• _Required work_
Once you reach the line containing "f 4 113 114" in the data below, restate each line word for word up to and including the one containing "f 11 161 169".

------ Records provided

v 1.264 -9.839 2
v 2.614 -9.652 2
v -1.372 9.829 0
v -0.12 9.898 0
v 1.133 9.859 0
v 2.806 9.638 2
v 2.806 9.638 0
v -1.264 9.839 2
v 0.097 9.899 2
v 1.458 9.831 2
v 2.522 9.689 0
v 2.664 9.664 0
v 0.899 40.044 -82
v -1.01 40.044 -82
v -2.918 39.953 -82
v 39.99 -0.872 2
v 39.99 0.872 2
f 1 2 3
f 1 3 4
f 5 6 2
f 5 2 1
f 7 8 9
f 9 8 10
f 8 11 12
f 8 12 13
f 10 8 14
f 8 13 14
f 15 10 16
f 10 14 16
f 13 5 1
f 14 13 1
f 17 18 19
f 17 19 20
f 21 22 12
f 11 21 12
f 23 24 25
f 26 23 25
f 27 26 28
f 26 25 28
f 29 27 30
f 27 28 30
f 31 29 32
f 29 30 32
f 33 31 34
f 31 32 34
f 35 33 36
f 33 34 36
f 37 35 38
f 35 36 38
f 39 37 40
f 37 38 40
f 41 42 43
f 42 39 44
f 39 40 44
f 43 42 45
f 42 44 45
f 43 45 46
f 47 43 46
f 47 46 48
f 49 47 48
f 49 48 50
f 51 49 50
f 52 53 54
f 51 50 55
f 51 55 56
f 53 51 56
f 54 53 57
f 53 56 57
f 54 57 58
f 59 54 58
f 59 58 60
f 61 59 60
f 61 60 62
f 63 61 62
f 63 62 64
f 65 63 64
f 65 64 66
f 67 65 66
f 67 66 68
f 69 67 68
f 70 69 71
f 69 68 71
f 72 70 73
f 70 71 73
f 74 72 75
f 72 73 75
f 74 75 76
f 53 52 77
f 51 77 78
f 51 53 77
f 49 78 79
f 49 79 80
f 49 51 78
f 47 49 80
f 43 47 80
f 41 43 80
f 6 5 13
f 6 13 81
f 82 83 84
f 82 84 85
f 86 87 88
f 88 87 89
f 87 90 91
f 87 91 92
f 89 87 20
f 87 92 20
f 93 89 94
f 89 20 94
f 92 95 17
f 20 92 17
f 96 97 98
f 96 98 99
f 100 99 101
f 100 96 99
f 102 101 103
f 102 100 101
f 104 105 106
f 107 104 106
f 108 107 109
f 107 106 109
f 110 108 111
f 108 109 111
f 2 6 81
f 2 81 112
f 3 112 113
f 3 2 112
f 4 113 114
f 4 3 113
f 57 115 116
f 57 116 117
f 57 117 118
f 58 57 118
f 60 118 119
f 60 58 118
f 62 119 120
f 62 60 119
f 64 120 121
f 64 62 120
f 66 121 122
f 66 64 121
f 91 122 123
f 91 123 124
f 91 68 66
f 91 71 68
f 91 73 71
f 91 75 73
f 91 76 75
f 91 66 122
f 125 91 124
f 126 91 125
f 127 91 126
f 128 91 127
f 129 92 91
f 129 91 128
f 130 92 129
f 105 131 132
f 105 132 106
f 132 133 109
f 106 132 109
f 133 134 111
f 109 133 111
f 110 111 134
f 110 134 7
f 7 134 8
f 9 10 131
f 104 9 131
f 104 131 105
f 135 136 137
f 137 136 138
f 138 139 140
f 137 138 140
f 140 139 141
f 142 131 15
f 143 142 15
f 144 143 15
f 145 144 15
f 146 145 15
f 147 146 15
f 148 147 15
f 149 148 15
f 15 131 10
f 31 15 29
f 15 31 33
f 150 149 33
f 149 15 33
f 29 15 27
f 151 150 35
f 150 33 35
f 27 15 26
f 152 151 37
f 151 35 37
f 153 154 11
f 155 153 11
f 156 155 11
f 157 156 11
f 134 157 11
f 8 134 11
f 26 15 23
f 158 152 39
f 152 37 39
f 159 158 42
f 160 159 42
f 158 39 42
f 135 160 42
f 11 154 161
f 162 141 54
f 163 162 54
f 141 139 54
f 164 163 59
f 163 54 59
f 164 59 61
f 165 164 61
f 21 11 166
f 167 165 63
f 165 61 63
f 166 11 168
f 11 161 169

------------
------ Records provided

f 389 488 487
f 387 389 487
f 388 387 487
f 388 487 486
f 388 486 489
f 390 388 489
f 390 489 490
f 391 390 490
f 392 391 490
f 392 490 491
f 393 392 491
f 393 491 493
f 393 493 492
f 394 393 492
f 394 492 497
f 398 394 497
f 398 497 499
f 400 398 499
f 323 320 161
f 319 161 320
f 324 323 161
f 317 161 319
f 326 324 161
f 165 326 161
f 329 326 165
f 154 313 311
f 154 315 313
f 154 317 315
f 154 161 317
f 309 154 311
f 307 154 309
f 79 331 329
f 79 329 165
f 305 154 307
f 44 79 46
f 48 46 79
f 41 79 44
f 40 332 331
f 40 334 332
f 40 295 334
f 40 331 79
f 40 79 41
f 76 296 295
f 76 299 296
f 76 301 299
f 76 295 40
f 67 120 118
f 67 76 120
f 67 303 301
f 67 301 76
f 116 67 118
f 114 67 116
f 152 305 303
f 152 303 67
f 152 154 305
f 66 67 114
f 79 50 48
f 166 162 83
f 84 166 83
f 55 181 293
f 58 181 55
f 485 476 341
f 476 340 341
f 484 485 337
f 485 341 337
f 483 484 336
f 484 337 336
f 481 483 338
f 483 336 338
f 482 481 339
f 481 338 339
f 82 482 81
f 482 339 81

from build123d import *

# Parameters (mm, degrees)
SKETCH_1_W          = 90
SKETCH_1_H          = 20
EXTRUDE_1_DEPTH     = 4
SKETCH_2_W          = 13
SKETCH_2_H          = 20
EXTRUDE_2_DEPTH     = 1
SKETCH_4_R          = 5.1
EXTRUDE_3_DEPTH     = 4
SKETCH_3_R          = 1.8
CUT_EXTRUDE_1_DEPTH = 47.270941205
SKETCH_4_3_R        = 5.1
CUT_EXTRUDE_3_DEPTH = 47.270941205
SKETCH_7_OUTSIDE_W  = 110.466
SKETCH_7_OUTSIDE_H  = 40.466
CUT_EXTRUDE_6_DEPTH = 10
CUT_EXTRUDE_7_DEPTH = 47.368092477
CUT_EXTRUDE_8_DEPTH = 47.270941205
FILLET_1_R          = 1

------------

• _Completed exercise_
f 4 113 114
f 4 3 113
f 57 115 116
f 57 116 117
f 57 117 118
f 58 57 118
f 60 118 119
f 60 58 118
f 62 119 120
f 62 60 119
f 64 120 121
f 64 62 120
f 66 121 122
f 66 64 121
f 91 122 123
f 91 123 124
f 91 68 66
f 91 71 68
f 91 73 71
f 91 75 73
f 91 76 75
f 91 66 122
f 125 91 124
f 126 91 125
f 127 91 126
f 128 91 127
f 129 92 91
f 129 91 128
f 130 92 129
f 105 131 132
f 105 132 106
f 132 133 109
f 106 132 109
f 133 134 111
f 109 133 111
f 110 111 134
f 110 134 7
f 7 134 8
f 9 10 131
f 104 9 131
f 104 131 105
f 135 136 137
f 137 136 138
f 138 139 140
f 137 138 140
f 140 139 141
f 142 131 15
f 143 142 15
f 144 143 15
f 145 144 15
f 146 145 15
f 147 146 15
f 148 147 15
f 149 148 15
f 15 131 10
f 31 15 29
f 15 31 33
f 150 149 33
f 149 15 33
f 29 15 27
f 151 150 35
f 150 33 35
f 27 15 26
f 152 151 37
f 151 35 37
f 153 154 11
f 155 153 11
f 156 155 11
f 157 156 11
f 134 157 11
f 8 134 11
f 26 15 23
f 158 152 39
f 152 37 39
f 159 158 42
f 160 159 42
f 158 39 42
f 135 160 42
f 11 154 161
f 162 141 54
f 163 162 54
f 141 139 54
f 164 163 59
f 163 54 59
f 164 59 61
f 165 164 61
f 21 11 166
f 167 165 63
f 165 61 63
f 166 11 168
f 11 161 169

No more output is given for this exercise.